A responsible regulator does not declare potential insolvency that could cause a huge bank run because "FDIC has enough money but wants cushion."

An intelligent regulator does not force Wachovia to sell itself to another insolvent bank Citigroup and cause Wachovia share price to plummet 90% in value within a few hours of trading, in addition to throwing over $200 billion of guarantee on taxpayers.

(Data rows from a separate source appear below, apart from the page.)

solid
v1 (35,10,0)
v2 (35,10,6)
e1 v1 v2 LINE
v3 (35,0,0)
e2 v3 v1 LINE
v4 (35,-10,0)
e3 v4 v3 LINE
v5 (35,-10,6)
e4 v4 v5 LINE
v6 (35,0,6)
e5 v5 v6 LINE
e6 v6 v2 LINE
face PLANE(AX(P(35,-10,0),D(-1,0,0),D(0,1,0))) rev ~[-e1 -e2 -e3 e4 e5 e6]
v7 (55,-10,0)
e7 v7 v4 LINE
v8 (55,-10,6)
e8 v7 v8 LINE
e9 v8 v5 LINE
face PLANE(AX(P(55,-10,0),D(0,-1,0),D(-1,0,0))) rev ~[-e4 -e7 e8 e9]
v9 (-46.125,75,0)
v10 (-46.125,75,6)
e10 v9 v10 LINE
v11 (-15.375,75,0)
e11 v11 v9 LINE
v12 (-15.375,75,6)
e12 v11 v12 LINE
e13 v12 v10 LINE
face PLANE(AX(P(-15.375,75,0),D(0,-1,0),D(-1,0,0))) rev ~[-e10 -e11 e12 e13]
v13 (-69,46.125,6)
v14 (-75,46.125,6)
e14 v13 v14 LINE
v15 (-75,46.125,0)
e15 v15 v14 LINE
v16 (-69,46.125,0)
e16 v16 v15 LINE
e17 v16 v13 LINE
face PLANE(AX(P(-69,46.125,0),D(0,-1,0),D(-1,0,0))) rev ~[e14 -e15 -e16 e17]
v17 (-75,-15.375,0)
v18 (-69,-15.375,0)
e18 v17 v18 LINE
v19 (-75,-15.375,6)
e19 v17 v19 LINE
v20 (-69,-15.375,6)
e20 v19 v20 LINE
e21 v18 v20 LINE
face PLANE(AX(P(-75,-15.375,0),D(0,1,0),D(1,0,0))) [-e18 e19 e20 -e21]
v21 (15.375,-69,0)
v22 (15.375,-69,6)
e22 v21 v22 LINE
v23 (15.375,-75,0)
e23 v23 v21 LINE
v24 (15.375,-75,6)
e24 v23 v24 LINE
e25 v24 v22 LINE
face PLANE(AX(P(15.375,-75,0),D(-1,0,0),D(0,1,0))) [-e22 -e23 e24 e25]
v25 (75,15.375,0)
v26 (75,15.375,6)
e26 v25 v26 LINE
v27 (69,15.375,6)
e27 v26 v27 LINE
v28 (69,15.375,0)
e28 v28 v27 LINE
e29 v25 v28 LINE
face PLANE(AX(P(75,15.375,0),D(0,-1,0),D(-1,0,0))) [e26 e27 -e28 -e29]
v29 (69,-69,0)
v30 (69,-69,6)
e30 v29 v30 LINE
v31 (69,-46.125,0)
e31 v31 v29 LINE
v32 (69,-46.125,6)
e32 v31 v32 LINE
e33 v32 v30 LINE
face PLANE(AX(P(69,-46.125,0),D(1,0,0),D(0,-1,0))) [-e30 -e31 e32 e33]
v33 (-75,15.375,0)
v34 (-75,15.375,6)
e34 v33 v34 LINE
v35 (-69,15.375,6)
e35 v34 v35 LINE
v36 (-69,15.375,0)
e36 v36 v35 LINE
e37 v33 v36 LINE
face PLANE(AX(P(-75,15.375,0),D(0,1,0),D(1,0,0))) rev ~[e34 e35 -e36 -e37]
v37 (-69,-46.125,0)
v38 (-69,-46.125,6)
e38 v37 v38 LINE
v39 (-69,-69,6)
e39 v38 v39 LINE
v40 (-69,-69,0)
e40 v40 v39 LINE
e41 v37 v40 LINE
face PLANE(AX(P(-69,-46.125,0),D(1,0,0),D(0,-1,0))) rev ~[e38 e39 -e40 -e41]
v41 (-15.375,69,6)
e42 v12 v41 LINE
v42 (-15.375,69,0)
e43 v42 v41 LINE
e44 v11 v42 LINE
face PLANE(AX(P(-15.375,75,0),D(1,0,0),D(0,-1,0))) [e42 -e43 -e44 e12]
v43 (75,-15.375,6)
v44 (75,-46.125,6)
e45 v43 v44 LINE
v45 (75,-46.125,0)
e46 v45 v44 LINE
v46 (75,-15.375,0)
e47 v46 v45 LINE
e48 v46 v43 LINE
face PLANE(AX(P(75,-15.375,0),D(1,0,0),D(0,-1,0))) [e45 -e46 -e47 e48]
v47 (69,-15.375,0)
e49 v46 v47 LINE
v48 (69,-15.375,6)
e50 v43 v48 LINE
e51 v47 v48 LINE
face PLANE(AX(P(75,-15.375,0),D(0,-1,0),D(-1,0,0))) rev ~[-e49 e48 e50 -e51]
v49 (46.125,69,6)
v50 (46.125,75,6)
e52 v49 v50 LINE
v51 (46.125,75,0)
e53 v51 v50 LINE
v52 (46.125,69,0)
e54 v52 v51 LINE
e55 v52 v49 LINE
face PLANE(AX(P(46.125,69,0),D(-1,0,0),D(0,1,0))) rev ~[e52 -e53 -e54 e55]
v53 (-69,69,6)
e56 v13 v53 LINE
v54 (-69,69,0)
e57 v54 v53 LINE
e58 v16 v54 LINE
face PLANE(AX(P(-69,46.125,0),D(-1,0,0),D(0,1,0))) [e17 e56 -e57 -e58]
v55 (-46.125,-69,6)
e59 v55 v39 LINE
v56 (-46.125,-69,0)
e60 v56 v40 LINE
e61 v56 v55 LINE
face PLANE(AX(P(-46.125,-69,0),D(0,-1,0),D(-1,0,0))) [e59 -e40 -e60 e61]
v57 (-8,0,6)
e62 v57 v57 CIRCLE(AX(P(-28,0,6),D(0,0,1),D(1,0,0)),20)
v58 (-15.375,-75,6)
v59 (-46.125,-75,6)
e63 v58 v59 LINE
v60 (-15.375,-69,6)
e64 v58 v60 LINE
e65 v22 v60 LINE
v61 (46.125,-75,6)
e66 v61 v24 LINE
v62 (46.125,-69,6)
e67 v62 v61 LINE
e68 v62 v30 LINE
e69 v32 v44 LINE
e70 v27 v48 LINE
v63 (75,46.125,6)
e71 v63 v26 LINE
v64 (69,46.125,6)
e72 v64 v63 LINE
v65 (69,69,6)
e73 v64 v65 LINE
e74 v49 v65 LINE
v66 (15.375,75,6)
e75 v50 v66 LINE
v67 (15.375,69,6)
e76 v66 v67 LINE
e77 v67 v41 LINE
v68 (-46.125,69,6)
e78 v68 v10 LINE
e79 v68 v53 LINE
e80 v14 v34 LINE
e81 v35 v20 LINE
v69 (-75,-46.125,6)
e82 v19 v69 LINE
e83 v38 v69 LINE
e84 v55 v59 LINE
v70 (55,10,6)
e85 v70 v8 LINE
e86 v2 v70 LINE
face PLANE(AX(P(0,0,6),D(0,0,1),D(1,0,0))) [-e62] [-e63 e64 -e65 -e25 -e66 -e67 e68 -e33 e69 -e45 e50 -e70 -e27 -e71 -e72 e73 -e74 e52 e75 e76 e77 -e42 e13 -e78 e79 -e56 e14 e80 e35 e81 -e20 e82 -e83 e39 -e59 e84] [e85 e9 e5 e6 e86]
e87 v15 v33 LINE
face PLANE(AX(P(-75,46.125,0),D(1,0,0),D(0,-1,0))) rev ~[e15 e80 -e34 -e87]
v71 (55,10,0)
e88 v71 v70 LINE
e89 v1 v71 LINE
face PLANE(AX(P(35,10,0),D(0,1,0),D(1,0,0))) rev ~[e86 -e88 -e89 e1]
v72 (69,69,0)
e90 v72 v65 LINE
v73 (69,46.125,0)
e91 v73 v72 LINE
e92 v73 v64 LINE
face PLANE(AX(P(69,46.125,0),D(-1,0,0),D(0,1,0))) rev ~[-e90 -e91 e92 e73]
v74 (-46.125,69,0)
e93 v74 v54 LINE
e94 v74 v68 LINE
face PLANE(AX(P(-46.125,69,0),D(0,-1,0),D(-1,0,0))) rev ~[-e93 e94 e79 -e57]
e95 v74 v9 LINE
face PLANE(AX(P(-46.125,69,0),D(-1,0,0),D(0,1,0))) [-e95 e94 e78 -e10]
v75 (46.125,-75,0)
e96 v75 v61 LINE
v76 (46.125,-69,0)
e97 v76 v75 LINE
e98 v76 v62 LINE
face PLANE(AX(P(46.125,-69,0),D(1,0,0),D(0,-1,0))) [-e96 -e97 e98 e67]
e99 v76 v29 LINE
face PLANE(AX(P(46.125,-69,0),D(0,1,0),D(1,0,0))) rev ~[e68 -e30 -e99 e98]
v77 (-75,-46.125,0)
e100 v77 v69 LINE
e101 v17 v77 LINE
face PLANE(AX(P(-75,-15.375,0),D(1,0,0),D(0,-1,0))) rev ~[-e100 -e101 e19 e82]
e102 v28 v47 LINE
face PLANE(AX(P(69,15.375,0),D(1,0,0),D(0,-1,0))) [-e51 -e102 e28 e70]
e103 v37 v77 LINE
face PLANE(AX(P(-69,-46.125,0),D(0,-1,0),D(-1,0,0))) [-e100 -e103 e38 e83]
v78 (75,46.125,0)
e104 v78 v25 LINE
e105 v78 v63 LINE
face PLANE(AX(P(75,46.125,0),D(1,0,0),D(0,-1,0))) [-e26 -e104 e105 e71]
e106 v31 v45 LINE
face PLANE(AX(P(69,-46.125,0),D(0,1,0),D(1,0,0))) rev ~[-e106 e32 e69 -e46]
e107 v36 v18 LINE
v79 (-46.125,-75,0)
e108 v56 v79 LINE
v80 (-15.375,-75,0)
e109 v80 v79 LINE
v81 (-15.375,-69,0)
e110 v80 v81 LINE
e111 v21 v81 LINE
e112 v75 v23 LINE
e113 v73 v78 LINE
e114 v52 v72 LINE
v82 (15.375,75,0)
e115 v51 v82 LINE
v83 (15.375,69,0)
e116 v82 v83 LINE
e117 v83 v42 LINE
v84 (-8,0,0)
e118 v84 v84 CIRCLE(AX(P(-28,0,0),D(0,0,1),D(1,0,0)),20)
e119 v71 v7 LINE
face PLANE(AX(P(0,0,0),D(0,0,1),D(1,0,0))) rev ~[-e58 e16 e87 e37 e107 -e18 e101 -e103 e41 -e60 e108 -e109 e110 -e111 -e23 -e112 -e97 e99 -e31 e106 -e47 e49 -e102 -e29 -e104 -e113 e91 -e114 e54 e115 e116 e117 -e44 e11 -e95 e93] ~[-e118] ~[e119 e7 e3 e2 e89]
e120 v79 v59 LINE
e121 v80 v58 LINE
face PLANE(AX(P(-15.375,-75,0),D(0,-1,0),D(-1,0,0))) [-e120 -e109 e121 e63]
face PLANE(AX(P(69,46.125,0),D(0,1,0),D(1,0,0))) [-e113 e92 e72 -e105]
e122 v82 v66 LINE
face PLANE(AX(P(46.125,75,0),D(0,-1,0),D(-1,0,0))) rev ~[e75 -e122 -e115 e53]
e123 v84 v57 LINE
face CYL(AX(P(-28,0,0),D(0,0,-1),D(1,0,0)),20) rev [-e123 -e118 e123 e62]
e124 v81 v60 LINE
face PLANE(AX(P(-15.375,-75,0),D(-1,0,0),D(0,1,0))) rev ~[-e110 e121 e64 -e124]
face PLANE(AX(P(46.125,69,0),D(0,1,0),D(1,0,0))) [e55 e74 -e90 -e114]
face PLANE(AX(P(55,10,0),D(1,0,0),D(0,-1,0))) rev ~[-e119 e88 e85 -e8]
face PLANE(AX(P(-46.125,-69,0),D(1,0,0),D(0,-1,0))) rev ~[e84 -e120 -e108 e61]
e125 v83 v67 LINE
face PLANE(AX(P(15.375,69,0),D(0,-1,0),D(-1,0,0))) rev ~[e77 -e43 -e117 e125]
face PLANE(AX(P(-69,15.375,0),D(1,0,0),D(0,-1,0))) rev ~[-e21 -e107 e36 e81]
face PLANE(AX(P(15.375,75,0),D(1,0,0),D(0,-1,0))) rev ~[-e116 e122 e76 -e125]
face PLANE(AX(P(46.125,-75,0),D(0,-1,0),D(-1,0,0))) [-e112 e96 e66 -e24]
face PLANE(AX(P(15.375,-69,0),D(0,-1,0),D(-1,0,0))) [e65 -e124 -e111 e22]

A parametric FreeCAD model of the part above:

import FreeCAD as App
import Part
import Sketcher
from FreeCAD import Vector


def add_polygon(sketch, points):
    """Adds a closed chain of lines whose ends are joined by coincident constraints."""
    first, n = sketch.GeometryCount, len(points)
    for a, b in zip(points, points[1:] + points[:1]):
        sketch.addGeometry(Part.LineSegment(App.Vector(*a, 0), App.Vector(*b, 0)), False)
    for i in range(n):
        sketch.addConstraint(Sketcher.Constraint("Coincident", first + i, 2, first + (i + 1) % n, 1))

doc = App.newDocument("Part")
params = doc.addObject("Spreadsheet::Sheet", "Params")
for row, (alias, value) in enumerate([
    ("sketch1_diameter", "40 mm"),
    ("sketch1_width", "20 mm"),
    ("sketch1_width2", "6 mm"),
    ("sketch1_width3", "30.75 mm"),
    ("pad1_length", "6 mm"),
], start=1):
    params.set(f"A{row}", alias)
    params.set(f"B{row}", "=" + value)
    params.setAlias(f"B{row}", alias)

body = doc.addObject("PartDesign::Body", "Body")

sketch1 = body.newObject("Sketcher::SketchObject", "Sketch")
sketch1.AttachmentSupport = (doc.getObject("XY_Plane"), [""])
sketch1.MapMode = "FlatFace"
add_polygon(sketch1, [(-69, -15.375), (-75, -15.375), (-75, -46.125), (-69, -46.125), (-69, -69), (-46.125, -69), (-46.125, -75), (-15.375, -75), (-15.375, -69), (15.375, -69), (15.375, -75), (46.125, -75), (46.125, -69), (69, -69), (69, -46.125), (75, -46.125), (75, -15.375), (69, -15.375), (69, 15.375), (75, 15.375), (75, 46.125), (69, 46.125), (69, 69), (46.125, 69), (46.125, 75), (15.375, 75), (15.375, 69), (-15.375, 69), (-15.375, 75), (-46.125, 75), (-46.125, 69), (-69, 69), (-69, 46.125), (-75, 46.125), (-75, 15.375), (-69, 15.375)])
sketch1.addGeometry(Part.Circle(Vector(-28, 0, 0), Vector(0, 0, 1), 20), False)
add_polygon(sketch1, [(35, 0), (35, 10), (55, 10), (55, -10), (35, -10)])
sketch1.addConstraint([
    Sketcher.Constraint("Horizontal", 0),
    Sketcher.Constraint("Vertical", 1),
    Sketcher.Constraint("Horizontal", 2),
    Sketcher.Constraint("Vertical", 3),
    Sketcher.Constraint("Horizontal", 4),
    Sketcher.Constraint("Vertical", 5),
    Sketcher.Constraint("Horizontal", 6),
    Sketcher.Constraint("Vertical", 7),
    Sketcher.Constraint("Horizontal", 8),
    Sketcher.Constraint("Vertical", 9),
    Sketcher.Constraint("Horizontal", 10),
    Sketcher.Constraint("Vertical", 11),
    Sketcher.Constraint("Horizontal", 12),
    Sketcher.Constraint("Vertical", 13),
    Sketcher.Constraint("Horizontal", 14),
    Sketcher.Constraint("Vertical", 15),
    Sketcher.Constraint("Horizontal", 16),
    Sketcher.Constraint("Vertical", 17),
    Sketcher.Constraint("Horizontal", 18),
    Sketcher.Constraint("Vertical", 19),
    Sketcher.Constraint("Horizontal", 20),
    Sketcher.Constraint("Vertical", 21),
    Sketcher.Constraint("Horizontal", 22),
    Sketcher.Constraint("Vertical", 23),
    Sketcher.Constraint("Horizontal", 24),
    Sketcher.Constraint("Vertical", 25),
    Sketcher.Constraint("Horizontal", 26),
    Sketcher.Constraint("Vertical", 27),
    Sketcher.Constraint("Horizontal", 28),
    Sketcher.Constraint("Vertical", 29),
    Sketcher.Constraint("Horizontal", 30),
    Sketcher.Constraint("Vertical", 31),
    Sketcher.Constraint("Horizontal", 32),
    Sketcher.Constraint("Vertical", 33),
    Sketcher.Constraint("Horizontal", 34),
    Sketcher.Constraint("Vertical", 35),
    Sketcher.Constraint("Vertical", 37),
    Sketcher.Constraint("Horizontal", 38),
    Sketcher.Constraint("Vertical", 39),
    Sketcher.Constraint("Horizontal", 40),
    Sketcher.Constraint("Vertical", 41),
    Sketcher.Constraint("Symmetric", 0, 2, 18, 2, -1, 1),
    Sketcher.Constraint("Symmetric", 2, 2, 20, 2, -1, 1),
    Sketcher.Constraint("Symmetric", 4, 2, 22, 2, -1, 1),
    Sketcher.Constraint("Symmetric", 6, 2, 24, 2, -1, 1),
    Sketcher.Constraint("Symmetric", 8, 2, 26, 2, -1, 1),
    Sketcher.Constraint("Symmetric", 10, 2, 28, 2, -1, 1),
    Sketcher.Constraint("Symmetric", 12, 2, 30, 2, -1, 1),
    Sketcher.Constraint("Symmetric", 14, 2, 32, 2, -1, 1),
    Sketcher.Constraint("Symmetric", 16, 2, 34, 2, -1, 1),
    Sketcher.Constraint("Symmetric", 6, 2, 9, 2, -2),
    Sketcher.Constraint("Symmetric", 4, 2, 11, 2, -2),
    Sketcher.Constraint("Symmetric", 2, 2, 13, 2, -2),
    Sketcher.Constraint("Symmetric", 0, 2, 15, 2, -2),
    Sketcher.Constraint("PointOnObject", 36, 3, -1),
    Sketcher.Constraint("PointOnObject", 41, 2, -1),
    Sketcher.Constraint("Horizontal", 4, 2, 7, 2),
    Sketcher.Constraint("Vertical", 13, 2, 16, 2),
    Sketcher.Constraint("Equal", 6, 8),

A well-prepared regulator does not support poor regulation of derivatives:

“[W]hen Bair was the head of the CFTC, and there was an intense debate over whether more regulation of derivatives was needed, here’s what Bair had to say (from an October 1993 Bloomberg article): THE Commodity Futures Trading Commission (CFTC) has given the US$ 4.8 trillion derivatives market a clean bill of health, saying that fundamental changes in the way the market is regulated are not needed…. “We have a strong affinity for derivatives at this agency,” said acting CFTC chairman Sheila Bair. “We like them.”"
http://economicsofcontempt.blogspot.com/2009/01/sheila-bair-hearts-derivatives.html

Who is regulating OTS/FDIC/SEC?

No more illegal backdating, No more guarantee except for deposits, and No more Madoff scam

*imho*

Jonathan said...

In my opinion, readers of this blog should consider refraining from casual submissions to the FDIC as this may "muddy the water". It would be extremely powerful if this was one of only a -few- submissions.

John et al, thank you for engaging in this process, especially since you are no doubt aware that these submissions may not receive the consideration they are due.